- WHAT IS BEING ASKED -
Using the records below, copy every line that holds the string "through".
[Opening ENTRIES PROVIDED section]
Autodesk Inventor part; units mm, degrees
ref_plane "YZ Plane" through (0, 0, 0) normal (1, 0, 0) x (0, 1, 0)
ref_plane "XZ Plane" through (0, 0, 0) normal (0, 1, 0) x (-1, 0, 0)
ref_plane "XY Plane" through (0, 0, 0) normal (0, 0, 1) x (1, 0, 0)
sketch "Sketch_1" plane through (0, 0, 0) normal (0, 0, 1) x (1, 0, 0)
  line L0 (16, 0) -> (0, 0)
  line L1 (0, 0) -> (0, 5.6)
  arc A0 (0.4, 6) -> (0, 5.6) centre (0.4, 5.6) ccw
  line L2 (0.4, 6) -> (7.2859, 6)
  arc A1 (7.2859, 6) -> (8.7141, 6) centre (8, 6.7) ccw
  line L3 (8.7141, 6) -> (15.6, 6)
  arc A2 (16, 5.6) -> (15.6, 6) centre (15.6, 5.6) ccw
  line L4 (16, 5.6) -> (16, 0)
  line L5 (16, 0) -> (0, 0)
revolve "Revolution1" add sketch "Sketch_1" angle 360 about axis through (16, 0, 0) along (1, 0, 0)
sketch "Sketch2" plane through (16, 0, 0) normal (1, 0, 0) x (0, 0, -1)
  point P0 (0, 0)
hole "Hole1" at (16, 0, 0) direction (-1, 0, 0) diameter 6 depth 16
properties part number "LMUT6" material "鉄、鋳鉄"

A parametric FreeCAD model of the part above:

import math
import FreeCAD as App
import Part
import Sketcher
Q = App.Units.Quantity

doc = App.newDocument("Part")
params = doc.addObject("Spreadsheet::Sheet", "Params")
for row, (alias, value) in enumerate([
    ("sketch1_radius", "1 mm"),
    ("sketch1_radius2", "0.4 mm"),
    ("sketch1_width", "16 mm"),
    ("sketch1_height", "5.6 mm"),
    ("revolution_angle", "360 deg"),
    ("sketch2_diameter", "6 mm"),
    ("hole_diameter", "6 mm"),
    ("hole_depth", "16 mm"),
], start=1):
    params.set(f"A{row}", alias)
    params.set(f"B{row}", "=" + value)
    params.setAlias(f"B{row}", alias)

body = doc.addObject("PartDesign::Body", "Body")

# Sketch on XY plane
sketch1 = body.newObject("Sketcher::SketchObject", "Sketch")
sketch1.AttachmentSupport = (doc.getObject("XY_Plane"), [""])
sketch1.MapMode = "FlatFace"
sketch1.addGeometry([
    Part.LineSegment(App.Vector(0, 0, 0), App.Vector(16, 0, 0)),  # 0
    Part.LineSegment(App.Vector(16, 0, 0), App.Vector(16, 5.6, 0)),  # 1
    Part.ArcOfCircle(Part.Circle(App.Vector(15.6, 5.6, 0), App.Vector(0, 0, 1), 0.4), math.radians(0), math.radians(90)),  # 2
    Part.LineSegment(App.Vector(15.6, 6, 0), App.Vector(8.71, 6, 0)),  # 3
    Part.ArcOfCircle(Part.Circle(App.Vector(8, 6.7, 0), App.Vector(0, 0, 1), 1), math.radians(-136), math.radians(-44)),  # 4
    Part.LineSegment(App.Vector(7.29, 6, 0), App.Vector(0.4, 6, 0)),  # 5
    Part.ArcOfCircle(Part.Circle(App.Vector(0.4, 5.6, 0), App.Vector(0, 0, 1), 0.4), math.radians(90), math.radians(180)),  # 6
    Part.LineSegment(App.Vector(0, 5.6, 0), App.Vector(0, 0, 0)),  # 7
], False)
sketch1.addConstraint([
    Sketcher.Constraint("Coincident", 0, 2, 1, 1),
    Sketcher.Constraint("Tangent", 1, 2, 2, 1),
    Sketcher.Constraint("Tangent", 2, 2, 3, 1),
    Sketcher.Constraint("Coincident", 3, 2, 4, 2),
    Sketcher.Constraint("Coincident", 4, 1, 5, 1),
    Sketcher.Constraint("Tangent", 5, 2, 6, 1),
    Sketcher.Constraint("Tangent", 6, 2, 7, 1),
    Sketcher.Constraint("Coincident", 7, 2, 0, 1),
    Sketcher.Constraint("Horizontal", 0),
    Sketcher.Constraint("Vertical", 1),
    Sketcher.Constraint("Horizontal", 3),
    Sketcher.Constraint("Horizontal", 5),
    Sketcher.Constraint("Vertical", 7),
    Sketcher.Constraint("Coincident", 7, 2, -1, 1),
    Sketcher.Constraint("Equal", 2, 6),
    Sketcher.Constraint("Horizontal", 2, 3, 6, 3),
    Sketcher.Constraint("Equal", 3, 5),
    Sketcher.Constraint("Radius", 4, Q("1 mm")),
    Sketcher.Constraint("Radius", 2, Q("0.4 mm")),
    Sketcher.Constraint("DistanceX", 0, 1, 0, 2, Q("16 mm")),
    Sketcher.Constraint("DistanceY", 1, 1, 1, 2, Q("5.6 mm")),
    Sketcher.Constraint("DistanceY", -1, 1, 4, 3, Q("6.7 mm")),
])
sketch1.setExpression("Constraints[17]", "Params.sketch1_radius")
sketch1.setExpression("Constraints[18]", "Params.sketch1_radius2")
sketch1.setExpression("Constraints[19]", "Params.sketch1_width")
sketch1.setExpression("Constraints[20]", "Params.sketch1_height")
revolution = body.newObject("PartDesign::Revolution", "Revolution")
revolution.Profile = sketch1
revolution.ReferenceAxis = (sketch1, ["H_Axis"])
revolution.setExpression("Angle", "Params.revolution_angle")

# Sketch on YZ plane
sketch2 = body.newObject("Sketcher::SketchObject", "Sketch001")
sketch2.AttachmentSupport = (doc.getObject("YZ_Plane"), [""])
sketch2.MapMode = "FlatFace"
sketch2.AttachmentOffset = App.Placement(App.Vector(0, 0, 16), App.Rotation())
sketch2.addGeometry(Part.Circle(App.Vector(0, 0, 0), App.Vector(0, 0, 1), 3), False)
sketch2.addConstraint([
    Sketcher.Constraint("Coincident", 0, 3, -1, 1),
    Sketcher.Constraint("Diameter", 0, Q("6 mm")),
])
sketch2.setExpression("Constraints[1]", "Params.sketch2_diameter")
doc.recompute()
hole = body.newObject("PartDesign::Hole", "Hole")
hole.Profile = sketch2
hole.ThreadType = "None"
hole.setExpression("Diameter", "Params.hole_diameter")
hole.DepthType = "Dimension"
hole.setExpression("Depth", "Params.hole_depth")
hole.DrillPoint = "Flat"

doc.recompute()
[Closing ENTRIES PROVIDED section]
- SOLUTION TO THE PROBLEM -
ref_plane "YZ Plane" through (0, 0, 0) normal (1, 0, 0) x (0, 1, 0)
ref_plane "XZ Plane" through (0, 0, 0) normal (0, 1, 0) x (-1, 0, 0)
ref_plane "XY Plane" through (0, 0, 0) normal (0, 0, 1) x (1, 0, 0)
sketch "Sketch_1" plane through (0, 0, 0) normal (0, 0, 1) x (1, 0, 0)
revolve "Revolution1" add sketch "Sketch_1" angle 360 about axis through (16, 0, 0) along (1, 0, 0)
sketch "Sketch2" plane through (16, 0, 0) normal (1, 0, 0) x (0, 0, -1)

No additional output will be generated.